8. The method according to claim 7, characterized in that, In step S3.3, the evaluation indicators for the actual on-site layout conditions of small and medium-sized river cross-sections include: 1) Terrain adaptability: The riverbed slope at the installation location is ≤15°, with no protruding reefs or silt-filled pits; 2) Degree of water flow disturbance: The velocity variation coefficient at this location is ≤10%, and the distance from disturbance sources such as bends and backflows is ≥3 times the cross-sectional width; 3) Convenience of construction and operation and maintenance: The horizontal distance between the installation location and the shore is ≤5m, the water depth is ≥1.0m, and there are no high-voltage lines or strong electromagnetic interference sources in the vicinity; The evaluation indicators for the actual on-site layout conditions of ultra-wide river channel sections with multiple piers include: 1) Terrain adaptability: The transverse slope of the riverbed is ≤5%, there are no protruding rocks with a height greater than 0.8m or siltation pits with a depth greater than 1.0m, and the bearing capacity of the riverbed in the installation area is ≥50kN / m²; 2) Degree of water flow interference: The coefficient of variation of flow velocity is ≤10%, the distance from the interference source is ≥1 times the distance between adjacent bridge piers, and the H-ADCP beam angle avoids the ultrasonic reflection zone of the bridge piers; 3) Convenience of construction and operation and maintenance: The installation platform anchoring system meets the requirements of a 5-year return period water flow impact load, water depth 1.5m-5m, data transmission signal strength ≥-85dBm, and connection time with the shore operation and maintenance base ≤30 minutes.
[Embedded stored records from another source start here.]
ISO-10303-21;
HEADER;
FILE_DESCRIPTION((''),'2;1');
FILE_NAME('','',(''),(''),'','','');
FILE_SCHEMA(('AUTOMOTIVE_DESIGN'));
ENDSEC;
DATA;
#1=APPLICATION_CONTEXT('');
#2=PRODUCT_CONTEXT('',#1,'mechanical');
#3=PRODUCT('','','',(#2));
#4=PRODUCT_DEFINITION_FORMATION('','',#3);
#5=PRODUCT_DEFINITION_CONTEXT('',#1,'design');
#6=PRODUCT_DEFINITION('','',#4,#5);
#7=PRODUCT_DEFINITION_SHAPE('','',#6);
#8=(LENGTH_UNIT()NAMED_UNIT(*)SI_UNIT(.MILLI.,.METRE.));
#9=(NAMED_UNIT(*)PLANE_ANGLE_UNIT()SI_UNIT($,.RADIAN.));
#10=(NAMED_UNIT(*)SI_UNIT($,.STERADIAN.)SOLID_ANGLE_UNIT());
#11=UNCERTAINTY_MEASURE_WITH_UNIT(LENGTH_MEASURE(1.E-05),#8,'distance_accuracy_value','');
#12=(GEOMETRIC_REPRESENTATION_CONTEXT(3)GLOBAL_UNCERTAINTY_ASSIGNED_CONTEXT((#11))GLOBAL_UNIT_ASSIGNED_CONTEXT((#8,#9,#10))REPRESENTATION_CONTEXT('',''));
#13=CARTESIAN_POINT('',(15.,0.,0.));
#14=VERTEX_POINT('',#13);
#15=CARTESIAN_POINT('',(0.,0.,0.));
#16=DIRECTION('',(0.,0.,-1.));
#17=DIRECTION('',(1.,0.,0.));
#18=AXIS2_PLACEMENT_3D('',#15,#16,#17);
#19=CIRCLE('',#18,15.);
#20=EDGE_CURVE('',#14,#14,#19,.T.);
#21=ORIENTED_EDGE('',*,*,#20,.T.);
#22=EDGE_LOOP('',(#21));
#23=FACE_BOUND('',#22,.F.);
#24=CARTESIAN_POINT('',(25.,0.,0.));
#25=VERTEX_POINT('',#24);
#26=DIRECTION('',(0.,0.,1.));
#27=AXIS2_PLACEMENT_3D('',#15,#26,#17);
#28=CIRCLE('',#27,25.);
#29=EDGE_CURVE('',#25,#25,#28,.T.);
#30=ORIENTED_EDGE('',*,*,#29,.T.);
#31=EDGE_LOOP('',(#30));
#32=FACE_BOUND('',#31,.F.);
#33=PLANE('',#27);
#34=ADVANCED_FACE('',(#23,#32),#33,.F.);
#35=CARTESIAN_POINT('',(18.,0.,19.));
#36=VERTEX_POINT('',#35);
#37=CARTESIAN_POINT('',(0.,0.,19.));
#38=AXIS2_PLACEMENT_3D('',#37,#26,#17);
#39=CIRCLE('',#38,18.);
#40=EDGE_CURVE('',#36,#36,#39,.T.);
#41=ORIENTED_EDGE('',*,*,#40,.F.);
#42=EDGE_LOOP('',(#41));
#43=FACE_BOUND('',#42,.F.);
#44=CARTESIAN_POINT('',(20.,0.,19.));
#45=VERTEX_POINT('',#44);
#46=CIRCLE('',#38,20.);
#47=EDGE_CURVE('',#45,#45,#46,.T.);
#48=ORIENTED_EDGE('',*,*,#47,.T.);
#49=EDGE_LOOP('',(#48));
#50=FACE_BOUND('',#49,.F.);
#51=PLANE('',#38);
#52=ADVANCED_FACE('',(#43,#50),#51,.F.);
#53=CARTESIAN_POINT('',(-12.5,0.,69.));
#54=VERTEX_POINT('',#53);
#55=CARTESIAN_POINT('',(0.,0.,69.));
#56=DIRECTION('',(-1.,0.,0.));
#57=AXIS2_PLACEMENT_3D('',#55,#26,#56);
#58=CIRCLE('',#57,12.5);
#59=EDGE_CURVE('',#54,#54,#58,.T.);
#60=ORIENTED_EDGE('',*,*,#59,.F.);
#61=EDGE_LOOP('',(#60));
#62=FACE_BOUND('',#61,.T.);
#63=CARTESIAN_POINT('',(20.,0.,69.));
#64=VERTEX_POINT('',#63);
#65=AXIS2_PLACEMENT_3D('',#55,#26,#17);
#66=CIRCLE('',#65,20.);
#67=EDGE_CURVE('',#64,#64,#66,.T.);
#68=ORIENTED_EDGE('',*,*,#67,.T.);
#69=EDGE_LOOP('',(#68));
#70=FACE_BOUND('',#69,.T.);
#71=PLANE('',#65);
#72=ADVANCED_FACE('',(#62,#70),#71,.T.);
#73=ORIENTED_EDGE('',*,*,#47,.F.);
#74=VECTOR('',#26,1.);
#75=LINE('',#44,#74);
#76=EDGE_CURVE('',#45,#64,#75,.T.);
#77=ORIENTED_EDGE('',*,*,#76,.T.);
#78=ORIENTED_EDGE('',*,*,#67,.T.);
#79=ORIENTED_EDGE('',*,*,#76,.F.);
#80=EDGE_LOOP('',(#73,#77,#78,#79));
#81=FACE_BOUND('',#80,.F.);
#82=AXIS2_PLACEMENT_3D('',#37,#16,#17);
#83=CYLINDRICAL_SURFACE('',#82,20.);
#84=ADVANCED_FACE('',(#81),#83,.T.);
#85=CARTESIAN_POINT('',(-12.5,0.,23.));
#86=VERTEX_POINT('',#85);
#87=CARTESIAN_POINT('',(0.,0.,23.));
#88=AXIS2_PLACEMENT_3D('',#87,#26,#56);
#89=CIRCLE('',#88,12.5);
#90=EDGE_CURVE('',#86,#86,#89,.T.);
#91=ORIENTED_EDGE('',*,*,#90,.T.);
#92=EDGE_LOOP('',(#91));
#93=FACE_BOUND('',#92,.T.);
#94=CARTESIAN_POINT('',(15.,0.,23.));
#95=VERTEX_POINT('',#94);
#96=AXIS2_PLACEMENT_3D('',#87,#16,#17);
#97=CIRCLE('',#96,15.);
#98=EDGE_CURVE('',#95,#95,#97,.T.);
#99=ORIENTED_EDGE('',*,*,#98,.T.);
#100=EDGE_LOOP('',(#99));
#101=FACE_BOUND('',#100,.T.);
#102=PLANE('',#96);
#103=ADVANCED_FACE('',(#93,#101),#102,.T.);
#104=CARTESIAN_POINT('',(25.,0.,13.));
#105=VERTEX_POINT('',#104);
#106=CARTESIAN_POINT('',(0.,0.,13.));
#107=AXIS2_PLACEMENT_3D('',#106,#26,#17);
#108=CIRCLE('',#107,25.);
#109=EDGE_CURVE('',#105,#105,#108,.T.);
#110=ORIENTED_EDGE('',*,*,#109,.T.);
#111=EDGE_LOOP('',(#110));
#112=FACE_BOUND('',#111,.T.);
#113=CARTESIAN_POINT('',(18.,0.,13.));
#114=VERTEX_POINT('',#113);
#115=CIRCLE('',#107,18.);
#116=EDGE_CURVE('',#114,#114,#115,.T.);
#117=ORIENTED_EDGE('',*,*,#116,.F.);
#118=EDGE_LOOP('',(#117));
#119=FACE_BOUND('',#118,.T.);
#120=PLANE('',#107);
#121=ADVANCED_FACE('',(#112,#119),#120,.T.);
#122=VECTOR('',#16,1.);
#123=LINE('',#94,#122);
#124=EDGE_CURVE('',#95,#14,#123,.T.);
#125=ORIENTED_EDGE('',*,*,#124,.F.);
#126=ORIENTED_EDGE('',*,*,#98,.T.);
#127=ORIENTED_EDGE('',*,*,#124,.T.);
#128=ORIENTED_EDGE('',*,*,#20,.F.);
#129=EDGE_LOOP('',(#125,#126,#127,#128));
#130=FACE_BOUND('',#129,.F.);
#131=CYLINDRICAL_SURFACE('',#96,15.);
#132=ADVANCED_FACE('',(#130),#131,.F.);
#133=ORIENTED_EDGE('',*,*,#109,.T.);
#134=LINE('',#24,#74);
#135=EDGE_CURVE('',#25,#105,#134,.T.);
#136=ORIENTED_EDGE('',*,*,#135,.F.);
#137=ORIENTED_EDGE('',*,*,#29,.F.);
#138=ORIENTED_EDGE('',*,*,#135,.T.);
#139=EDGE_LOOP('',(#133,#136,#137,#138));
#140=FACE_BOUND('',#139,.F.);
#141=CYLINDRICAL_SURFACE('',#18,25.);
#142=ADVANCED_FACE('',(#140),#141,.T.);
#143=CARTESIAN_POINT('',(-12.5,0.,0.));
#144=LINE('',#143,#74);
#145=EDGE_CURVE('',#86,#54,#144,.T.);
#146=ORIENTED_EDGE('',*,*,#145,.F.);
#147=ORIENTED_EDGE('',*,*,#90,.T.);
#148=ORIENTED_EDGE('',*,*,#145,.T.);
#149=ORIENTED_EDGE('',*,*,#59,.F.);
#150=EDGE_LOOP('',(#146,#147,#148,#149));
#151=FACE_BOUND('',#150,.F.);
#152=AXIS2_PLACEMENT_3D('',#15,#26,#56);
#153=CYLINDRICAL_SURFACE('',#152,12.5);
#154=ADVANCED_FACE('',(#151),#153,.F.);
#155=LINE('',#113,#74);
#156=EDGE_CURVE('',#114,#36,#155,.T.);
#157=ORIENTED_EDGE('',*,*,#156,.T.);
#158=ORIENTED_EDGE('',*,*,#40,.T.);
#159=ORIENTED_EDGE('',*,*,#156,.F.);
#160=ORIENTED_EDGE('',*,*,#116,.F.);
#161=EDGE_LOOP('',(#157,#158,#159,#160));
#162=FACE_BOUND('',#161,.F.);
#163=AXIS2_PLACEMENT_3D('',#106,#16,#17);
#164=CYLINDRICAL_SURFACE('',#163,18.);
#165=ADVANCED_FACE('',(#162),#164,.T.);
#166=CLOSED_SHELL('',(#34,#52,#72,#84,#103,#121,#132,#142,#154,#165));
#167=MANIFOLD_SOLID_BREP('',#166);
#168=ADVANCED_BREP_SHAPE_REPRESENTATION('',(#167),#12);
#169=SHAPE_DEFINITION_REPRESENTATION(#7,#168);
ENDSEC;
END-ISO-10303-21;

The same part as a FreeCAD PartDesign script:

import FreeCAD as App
import Part
import Sketcher
from FreeCAD import Vector

doc = App.newDocument("Part")
body = doc.addObject("PartDesign::Body", "Body")

sketch1 = body.newObject("Sketcher::SketchObject", "Sketch")
sketch1.AttachmentSupport = (doc.getObject("XY_Plane"), [""])
sketch1.MapMode = "FlatFace"
sketch1.addGeometry(Part.Circle(Vector(0, 0, 0), Vector(0, 0, 1), 25), False)
sketch1.addConstraint([
    Sketcher.Constraint("Coincident", 0, 3, -1, 1),
    Sketcher.Constraint("Diameter", 0, 50.0),
])
pad1 = body.newObject("PartDesign::Pad", "Pad")
pad1.Profile = sketch1
pad1.Length = 13

sketch2 = body.newObject("Sketcher::SketchObject", "Sketch001")
sketch2.AttachmentSupport = (doc.getObject("XY_Plane"), [""])
sketch2.MapMode = "FlatFace"
sketch2.AttachmentOffset = App.Placement(Vector(0, 0, 13), App.Rotation())
sketch2.addGeometry(Part.Circle(Vector(0, 0, 0), Vector(0, 0, 1), 18), False)
sketch2.addConstraint([
    Sketcher.Constraint("Coincident", 0, 3, -1, 1),
    Sketcher.Constraint("Diameter", 0, 36.0),
])
pad2 = body.newObject("PartDesign::Pad", "Pad001")
pad2.Profile = sketch2
pad2.Length = 6

sketch3 = body.newObject("Sketcher::SketchObject", "Sketch002")
sketch3.AttachmentSupport = (doc.getObject("XY_Plane"), [""])
sketch3.MapMode = "FlatFace"
sketch3.AttachmentOffset = App.Placement(Vector(0, 0, 19), App.Rotation())
sketch3.addGeometry(Part.Circle(Vector(0, 0, 0), Vector(0, 0, 1), 20), False)
sketch3.addConstraint([
    Sketcher.Constraint("Coincident", 0, 3, -1, 1),
    Sketcher.Constraint("Diameter", 0, 40.0),
])
pad3 = body.newObject("PartDesign::Pad", "Pad002")
pad3.Profile = sketch3
pad3.Length = 50

sketch4 = body.newObject("Sketcher::SketchObject", "Sketch003")
sketch4.AttachmentSupport = (doc.getObject("XY_Plane"), [""])
sketch4.MapMode = "FlatFace"
sketch4.addGeometry(Part.Circle(Vector(0, 0, 0), Vector(0, 0, 1), 12), False)
sketch4.addConstraint([
    Sketcher.Constraint("Coincident", 0, 3, -1, 1),
    Sketcher.Constraint("Diameter", 0, 25.0),
])
doc.recompute()
hole = body.newObject("PartDesign::Hole", "Hole")
hole.Profile = sketch4
hole.ThreadType = "None"
hole.Diameter = 25
hole.DepthType = "ThroughAll"
hole.HoleCutType = "Counterbore"
hole.HoleCutDiameter = 30
hole.HoleCutDepth = 23
hole.Reversed = True

doc.recompute()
9. The method according to claim 8, characterized in that, Step S3 further includes step S3.4: specific implementation steps for installation location verification: at the selected final installation location, a temporary H-ADCP is deployed for 72 hours of continuous monitoring, and three comparative measurements are carried out simultaneously using a mobile ADCP; if the relative error of the flow rate in the comparative measurement is ≤±3%, then the location is confirmed as the final installation location; if the error exceeds ±3%, then return to step S2 to readjust the candidate location unit interval, and perform traversal scanning and selection again.